Offloading data centre maintenance to the cloud to support remote working

Forward-looking businesses are offloading data centre maintenance and management to the cloud to keep things running during the COVID-19 pandemic. By Raja Renganathan, Vice-President at Cognizant and head of Cloud Services Business.

  • Saturday, 4th July 2020 Posted 4 years ago in by Phil Alsop

For years, proponents have urged businesses to better enable employees to work from home, citing benefits like increased productivity, less commute time, better work-life balance and enhanced preparedness for business continuity, should a localised disaster strike, such as a tornado, hurricane, earthquake or flood.


Overnight, the COVID-19 global pandemic made the final argument for work-from-home a reality for millions of workers – ready or not. Many global enterprises must suddenly support more and more people working remotely, whether they are equipped to deliver and support workloads at scale or not. This has sent businesses scrambling to quickly embellish digital channels and platforms, increase bandwidth, add virtual private networks (VPNs), provision more laptops, and offer thin-client applications to their employees and customers to improve operational collaboration and enforce social distancing.

A proper business continuity plan followed up with precision execution can ensure that enterprises deliver such capabilities. However, what happens to the on-premises data centre where a physical presence is required? Even with workplace virtualisation technologies like remote consoles and “out-of-band networks”, which reduce the need for on-site data centre operations staff, the fact is, physical boxes in on-premises data centres still need to be managed, guarded and secured by people.
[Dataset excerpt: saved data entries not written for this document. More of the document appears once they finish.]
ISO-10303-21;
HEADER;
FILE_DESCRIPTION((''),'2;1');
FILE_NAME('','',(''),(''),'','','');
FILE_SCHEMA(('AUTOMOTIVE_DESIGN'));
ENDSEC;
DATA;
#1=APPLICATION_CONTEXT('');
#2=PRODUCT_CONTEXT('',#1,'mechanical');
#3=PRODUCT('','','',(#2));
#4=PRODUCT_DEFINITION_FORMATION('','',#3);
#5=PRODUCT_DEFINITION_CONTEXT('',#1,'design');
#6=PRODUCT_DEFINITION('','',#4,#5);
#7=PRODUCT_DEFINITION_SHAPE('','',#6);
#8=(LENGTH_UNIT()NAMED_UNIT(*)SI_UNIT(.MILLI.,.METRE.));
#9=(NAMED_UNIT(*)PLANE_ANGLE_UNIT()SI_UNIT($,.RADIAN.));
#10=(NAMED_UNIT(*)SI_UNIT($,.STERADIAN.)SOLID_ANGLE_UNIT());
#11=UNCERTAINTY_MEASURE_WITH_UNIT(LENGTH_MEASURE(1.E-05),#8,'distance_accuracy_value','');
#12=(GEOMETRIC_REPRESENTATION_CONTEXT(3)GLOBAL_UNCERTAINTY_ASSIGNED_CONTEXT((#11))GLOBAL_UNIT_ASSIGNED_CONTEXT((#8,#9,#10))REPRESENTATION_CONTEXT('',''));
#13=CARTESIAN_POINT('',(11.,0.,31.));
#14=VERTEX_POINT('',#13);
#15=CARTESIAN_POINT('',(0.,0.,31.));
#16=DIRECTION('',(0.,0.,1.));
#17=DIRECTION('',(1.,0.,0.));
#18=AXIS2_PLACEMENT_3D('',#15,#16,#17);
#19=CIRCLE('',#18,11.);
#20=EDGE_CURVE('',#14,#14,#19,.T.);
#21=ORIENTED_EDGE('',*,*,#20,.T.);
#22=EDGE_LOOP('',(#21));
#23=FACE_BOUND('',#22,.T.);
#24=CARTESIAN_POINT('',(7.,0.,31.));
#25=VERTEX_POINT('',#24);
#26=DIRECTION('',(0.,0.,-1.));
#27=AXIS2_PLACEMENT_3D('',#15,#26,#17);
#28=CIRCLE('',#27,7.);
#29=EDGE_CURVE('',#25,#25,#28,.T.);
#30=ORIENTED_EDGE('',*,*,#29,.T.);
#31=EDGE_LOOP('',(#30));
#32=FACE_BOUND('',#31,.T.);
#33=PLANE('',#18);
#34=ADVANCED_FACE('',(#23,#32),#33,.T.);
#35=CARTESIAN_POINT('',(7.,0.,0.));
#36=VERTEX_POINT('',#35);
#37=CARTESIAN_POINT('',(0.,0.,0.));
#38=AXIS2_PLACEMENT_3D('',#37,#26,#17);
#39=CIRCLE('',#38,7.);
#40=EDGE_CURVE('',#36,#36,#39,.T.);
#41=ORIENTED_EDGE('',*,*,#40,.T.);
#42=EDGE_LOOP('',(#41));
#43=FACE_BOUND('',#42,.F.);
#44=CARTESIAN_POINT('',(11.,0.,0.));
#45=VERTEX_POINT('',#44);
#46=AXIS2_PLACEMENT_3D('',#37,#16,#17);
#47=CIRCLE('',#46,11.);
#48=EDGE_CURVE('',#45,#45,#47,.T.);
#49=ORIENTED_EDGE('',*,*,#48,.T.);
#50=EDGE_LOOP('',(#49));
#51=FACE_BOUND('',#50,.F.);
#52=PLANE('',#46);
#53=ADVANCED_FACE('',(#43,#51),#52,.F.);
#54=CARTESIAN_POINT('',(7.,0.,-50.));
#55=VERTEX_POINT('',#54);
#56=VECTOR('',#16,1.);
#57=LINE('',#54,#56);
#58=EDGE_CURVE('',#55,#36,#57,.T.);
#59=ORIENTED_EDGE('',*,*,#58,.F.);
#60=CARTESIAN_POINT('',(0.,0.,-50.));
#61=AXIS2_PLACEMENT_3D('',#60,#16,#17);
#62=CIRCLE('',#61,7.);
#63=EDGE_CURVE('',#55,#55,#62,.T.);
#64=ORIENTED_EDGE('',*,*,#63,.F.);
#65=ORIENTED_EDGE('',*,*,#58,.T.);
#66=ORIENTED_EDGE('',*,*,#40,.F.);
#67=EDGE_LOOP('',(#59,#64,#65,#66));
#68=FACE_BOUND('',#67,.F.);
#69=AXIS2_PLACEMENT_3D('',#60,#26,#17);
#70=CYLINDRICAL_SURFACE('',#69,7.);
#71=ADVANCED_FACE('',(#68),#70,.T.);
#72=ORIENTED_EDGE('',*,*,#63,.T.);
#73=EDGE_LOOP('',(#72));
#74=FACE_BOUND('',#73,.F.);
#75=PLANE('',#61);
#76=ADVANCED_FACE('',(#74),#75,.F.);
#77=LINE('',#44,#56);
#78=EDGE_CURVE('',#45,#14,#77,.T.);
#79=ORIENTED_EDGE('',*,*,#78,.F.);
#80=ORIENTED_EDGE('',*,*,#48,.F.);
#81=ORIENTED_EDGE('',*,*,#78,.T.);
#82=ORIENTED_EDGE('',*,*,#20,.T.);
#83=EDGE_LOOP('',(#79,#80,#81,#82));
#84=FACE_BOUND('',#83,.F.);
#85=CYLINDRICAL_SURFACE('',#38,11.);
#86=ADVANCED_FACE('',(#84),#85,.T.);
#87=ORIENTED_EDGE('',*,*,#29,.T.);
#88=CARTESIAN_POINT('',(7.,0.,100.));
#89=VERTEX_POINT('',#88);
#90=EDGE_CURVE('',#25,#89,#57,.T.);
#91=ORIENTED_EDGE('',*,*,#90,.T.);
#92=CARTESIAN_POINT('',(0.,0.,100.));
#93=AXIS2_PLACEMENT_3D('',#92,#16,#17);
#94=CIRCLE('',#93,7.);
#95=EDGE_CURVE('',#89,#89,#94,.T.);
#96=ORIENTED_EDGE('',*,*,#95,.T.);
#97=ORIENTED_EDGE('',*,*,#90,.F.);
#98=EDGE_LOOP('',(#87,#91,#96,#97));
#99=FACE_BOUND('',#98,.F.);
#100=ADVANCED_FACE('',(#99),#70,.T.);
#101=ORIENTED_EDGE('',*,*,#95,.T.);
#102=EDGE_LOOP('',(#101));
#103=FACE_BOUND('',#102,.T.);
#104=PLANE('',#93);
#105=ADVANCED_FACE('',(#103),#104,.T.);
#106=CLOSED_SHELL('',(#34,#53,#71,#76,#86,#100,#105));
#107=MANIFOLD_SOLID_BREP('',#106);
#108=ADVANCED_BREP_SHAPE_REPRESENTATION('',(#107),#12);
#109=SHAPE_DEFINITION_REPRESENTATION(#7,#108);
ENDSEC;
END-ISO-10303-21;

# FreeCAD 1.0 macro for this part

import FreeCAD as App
import Part
import Sketcher

V = App.Vector
Q = App.Units.Quantity

doc = App.newDocument("Part")
body = doc.addObject("PartDesign::Body", "Body")

# Sketch on XY plane
sketch1 = body.newObject("Sketcher::SketchObject", "Sketch")
sketch1.AttachmentSupport = (doc.getObject("XY_Plane"), [""])
sketch1.MapMode = "FlatFace"
sketch1.AttachmentOffset = App.Placement(V(0, 0, -50), App.Rotation())
sketch1.addGeometry(Part.Circle(V(0, 0, 0), V(0, 0, 1), 7), False)
sketch1.addConstraint([
    Sketcher.Constraint("Coincident", 0, 3, -1, 1),
    Sketcher.Constraint("Diameter", 0, Q("14 mm")),
])
pad1 = body.newObject("PartDesign::Pad", "Pad")
pad1.Profile = sketch1
pad1.Length = 150
body2 = doc.addObject("PartDesign::Body", "Body001")

# Sketch on XY plane
sketch2 = body2.newObject("Sketcher::SketchObject", "Sketch001")
sketch2.AttachmentSupport = (doc.getObject("XY_Plane001"), [""])
sketch2.MapMode = "FlatFace"
sketch2.addGeometry(Part.Circle(V(0, 0, 0), V(0, 0, 1), 11), False)
sketch2.addConstraint([
    Sketcher.Constraint("Coincident", 0, 3, -1, 1),
    Sketcher.Constraint("Diameter", 0, Q("22 mm")),
])
pad2 = body2.newObject("PartDesign::Pad", "Pad001")
pad2.Profile = sketch2
pad2.Length = 31
doc.recompute()

boolean = body2.newObject("PartDesign::Boolean", "Boolean")
boolean.Type = "Fuse"
boolean.addObjects([body])

doc.recompute()
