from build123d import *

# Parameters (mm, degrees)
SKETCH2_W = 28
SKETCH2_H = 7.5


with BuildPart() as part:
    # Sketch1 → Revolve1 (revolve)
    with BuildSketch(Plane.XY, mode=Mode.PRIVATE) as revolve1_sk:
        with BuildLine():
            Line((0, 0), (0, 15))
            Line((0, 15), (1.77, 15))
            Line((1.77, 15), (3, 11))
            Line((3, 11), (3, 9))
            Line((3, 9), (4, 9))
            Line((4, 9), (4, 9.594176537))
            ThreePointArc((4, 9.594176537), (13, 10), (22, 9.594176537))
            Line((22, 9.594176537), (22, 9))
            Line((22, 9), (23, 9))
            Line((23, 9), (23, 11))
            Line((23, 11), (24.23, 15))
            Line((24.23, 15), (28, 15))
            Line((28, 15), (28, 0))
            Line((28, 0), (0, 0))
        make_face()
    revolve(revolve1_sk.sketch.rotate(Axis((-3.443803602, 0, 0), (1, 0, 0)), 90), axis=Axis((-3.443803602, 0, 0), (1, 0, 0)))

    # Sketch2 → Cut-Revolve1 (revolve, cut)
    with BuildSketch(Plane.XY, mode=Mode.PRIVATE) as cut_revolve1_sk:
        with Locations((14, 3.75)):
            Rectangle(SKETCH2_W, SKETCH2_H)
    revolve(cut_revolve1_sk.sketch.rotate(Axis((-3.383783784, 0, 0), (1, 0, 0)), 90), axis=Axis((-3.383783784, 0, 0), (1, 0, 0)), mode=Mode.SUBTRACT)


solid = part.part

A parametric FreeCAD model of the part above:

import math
import FreeCAD as App
import Part
import Sketcher

V = App.Vector

doc = App.newDocument("Part")
body = doc.addObject("PartDesign::Body", "Body")

# Sketch on XY plane
sketch1 = doc.addObject("Sketcher::SketchObject", "Sketch")
body.addObject(sketch1)
sketch1.AttachmentSupport = (doc.XY_Plane, [""])
sketch1.MapMode = "FlatFace"
sketch1.addGeometry([
    Part.LineSegment(V(0, 15, 0), V(0, 0, 0)),  # 0
    Part.LineSegment(V(0, 0, 0), V(28, 0, 0)),  # 1
    Part.LineSegment(V(28, 0, 0), V(28, 15, 0)),  # 2
    Part.LineSegment(V(28, 15, 0), V(24.2, 15, 0)),  # 3
    Part.LineSegment(V(24.2, 15, 0), V(23, 11, 0)),  # 4
    Part.LineSegment(V(23, 11, 0), V(23, 9, 0)),  # 5
    Part.LineSegment(V(23, 9, 0), V(22, 9, 0)),  # 6
    Part.LineSegment(V(22, 9, 0), V(22, 9.6, 0)),  # 7
    Part.ArcOfCircle(Part.Circle(V(13, -90, 0), V(0, 0, 1), 100), math.radians(84.84), math.radians(95.16)),  # 8
    Part.LineSegment(V(4, 9.6, 0), V(4, 9, 0)),  # 9
    Part.LineSegment(V(4, 9, 0), V(3, 9, 0)),  # 10
    Part.LineSegment(V(3, 9, 0), V(3, 11, 0)),  # 11
    Part.LineSegment(V(3, 11, 0), V(1.8, 15, 0)),  # 12
    Part.LineSegment(V(1.8, 15, 0), V(0, 15, 0)),  # 13
], False)
sketch1.addConstraint([
    Sketcher.Constraint("Coincident", 0, 2, 1, 1),
    Sketcher.Constraint("Coincident", 1, 2, 2, 1),
    Sketcher.Constraint("Coincident", 2, 2, 3, 1),
    Sketcher.Constraint("Coincident", 3, 2, 4, 1),
    Sketcher.Constraint("Coincident", 4, 2, 5, 1),
    Sketcher.Constraint("Coincident", 5, 2, 6, 1),
    Sketcher.Constraint("Coincident", 6, 2, 7, 1),
    Sketcher.Constraint("Coincident", 7, 2, 8, 1),
    Sketcher.Constraint("Coincident", 8, 2, 9, 1),
    Sketcher.Constraint("Coincident", 9, 2, 10, 1),
    Sketcher.Constraint("Coincident", 10, 2, 11, 1),
    Sketcher.Constraint("Coincident", 11, 2, 12, 1),
    Sketcher.Constraint("Coincident", 12, 2, 13, 1),
    Sketcher.Constraint("Coincident", 13, 2, 0, 1),
    Sketcher.Constraint("Vertical", 0),
    Sketcher.Constraint("Horizontal", 1),
    Sketcher.Constraint("Vertical", 2),
    Sketcher.Constraint("Horizontal", 3),
    Sketcher.Constraint("Vertical", 5),
    Sketcher.Constraint("Horizontal", 6),
    Sketcher.Constraint("Vertical", 7),
    Sketcher.Constraint("Vertical", 9),
    Sketcher.Constraint("Horizontal", 10),
    Sketcher.Constraint("Vertical", 11),
    Sketcher.Constraint("Horizontal", 13),
    Sketcher.Constraint("Coincident", 0, 2, -1, 1),
    Sketcher.Constraint("Horizontal", 7, 2, 8, 2),
    Sketcher.Constraint("Horizontal", 6, 2, 9, 2),
    Sketcher.Constraint("Horizontal", 4, 2, 11, 2),
    Sketcher.Constraint("Horizontal", 3, 2, 12, 2),
    Sketcher.Constraint("Equal", 6, 10),
    Sketcher.Constraint("Equal", 4, 12),
    Sketcher.Constraint("Radius", 8, 100.0),
    Sketcher.Constraint("DistanceX", 1, 1, 1, 2, 28.0),
    Sketcher.Constraint("DistanceX", 6, 2, 6, 1, 1.0),
    Sketcher.Constraint("DistanceY", 0, 2, 0, 1, 15.0),
    Sketcher.Constraint("DistanceY", 5, 2, 5, 1, 2.0),
    Sketcher.Constraint("DistanceX", -1, 1, 8, 3, 13.0),
    Sketcher.Constraint("DistanceY", 8, 3, -1, 1, 90.0),
    Sketcher.Constraint("DistanceX", -1, 1, 4, 2, 23.0),
    Sketcher.Constraint("DistanceY", -1, 1, 4, 2, 11.0),
    Sketcher.Constraint("DistanceX", 3, 2, 3, 1, 3.77),
])
revolution = doc.addObject("PartDesign::Revolution", "Revolution")
body.addObject(revolution)
revolution.Profile = sketch1
revolution.ReferenceAxis = (sketch1, ["H_Axis"])
revolution.Angle = 360

# Sketch on XY plane
sketch2 = doc.addObject("Sketcher::SketchObject", "Sketch001")
body.addObject(sketch2)
sketch2.AttachmentSupport = (doc.XY_Plane, [""])
sketch2.MapMode = "FlatFace"
sketch2.addGeometry([
    Part.LineSegment(V(0, 8, 0), V(0, 0, 0)),
    Part.LineSegment(V(0, 0, 0), V(28, 0, 0)),
    Part.LineSegment(V(28, 0, 0), V(28, 8, 0)),
    Part.LineSegment(V(28, 8, 0), V(0, 8, 0)),
], False)
sketch2.addConstraint([
    Sketcher.Constraint("Coincident", 0, 2, 1, 1),
    Sketcher.Constraint("Coincident", 1, 2, 2, 1),
    Sketcher.Constraint("Coincident", 2, 2, 3, 1),
    Sketcher.Constraint("Coincident", 3, 2, 0, 1),
    Sketcher.Constraint("Vertical", 0),
    Sketcher.Constraint("Horizontal", 1),
    Sketcher.Constraint("Vertical", 2),
    Sketcher.Constraint("Horizontal", 3),
    Sketcher.Constraint("Coincident", 0, 2, -1, 1),
    Sketcher.Constraint("DistanceX", 1, 1, 1, 2, 28.0),
    Sketcher.Constraint("DistanceY", 0, 2, 0, 1, 7.5),
])
groove = doc.addObject("PartDesign::Groove", "Groove")
body.addObject(groove)
groove.Profile = sketch2
groove.ReferenceAxis = (sketch2, ["H_Axis"])
groove.Angle = 360

doc.recompute()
Take the February 2019 data centre meltdown of a major U.S. bank, which crippled the organisation’s online and mobile banking capabilities. The company needed to shut down one of its data centre facilities due to a smoke condition. It took two days to bring the facility back up, and only with significant effort, which required the physical presence of data centre staff.

Imagine if this happened during the COVID-19 crisis. The time taken to fix the issue would increase exponentially due to a lack of people resources and hesitation to collaborate in-personEven physical security could become compromised, which raises grave concerns.

An increasing dependence on the foundations of IT

The fact is, as our dependence on IT intensifies, data centres have become the substratum of how we live, work and play. From banking to insurance to 24×7 news, everything is supported by cloud infrastructure housed in virtual data centres. If these data centres go down, critical business functions, financial networks and in some cases our whole way of life become threatened. As a result, virtual data centres need to be continuously supervised and constantly cared for.

The Uptime Institute’s 2019 Data Centre Survey puts this into context, some of the findings include:

  • The staffing problem affecting most of the data centre sector has become a crisis. Sixty-one percent of respondents said their organisations had difficulty retaining or recruiting staff — up from 55% a year earlier.
  • Outages continue to cause significant problems for operators. Just over one-third (34%) of all respondents had an outage or severe IT service degradation in the past year, while half had an outage or severe IT service degradation in the past three years.
  • Ten per cent of all respondents said that their most recent significant outage cost more than $1 million. (The study authors note that “most recent” could have been at any time in the past.)

Why transfer maintenance responsibility to the cloud?

Forward-looking businesses are taking a different approach – they are offloading data centre maintenance and management to the cloud. One reason for this is scale, as cloud service providers (CSPs) have mastered the art of managing scale. In addition to proactively planning for capacity, businesses can leverage auto-scaling features to rapidly meet any unplanned surge in demand.

Cloud infrastructure is also highly automated and allows for the creation of scaling policies that set targets and add or remove capacity in real-time as demand changes. Thus, utilisation and costs are optimised, while the need for having more people on the ground is reduced.

Most CSPs now provide a multi-tenant architecture that allows different business units within an organisation or multiple organisations to share computing resources. This allows organisations to optimise their resources and staff vs. having their own data centres.

Lastly, the physical security in and around CSP data centres tends to be more robust and proven than what enterprises can individually afford. Most CSPs have rigorous and ongoing processes for assessment and mitigation of potential vulnerabilities, often performed by third-party auditors. 

Planning for disruption

With many proven methods and tools, cloud migration is involved, but it is not difficult. For businesses that take a meticulous optimisation approach, the cloud can be more cost-effective than CapEx-hungry data centres. Even in the context of coronavirus, digital platforms running on the cloud can unleash cost and operational advantages via centralised control while meeting bandwidth challenges that flare up during peak usage periods.

Perhaps it is our hyper-connected world, but severe disasters seem more frequent than ever. As businesses respond to the many challenges COVID-19 presents, they also need to keep their eye on the horizon to prepare their data centres to withstand any disaster that strikes in the futures.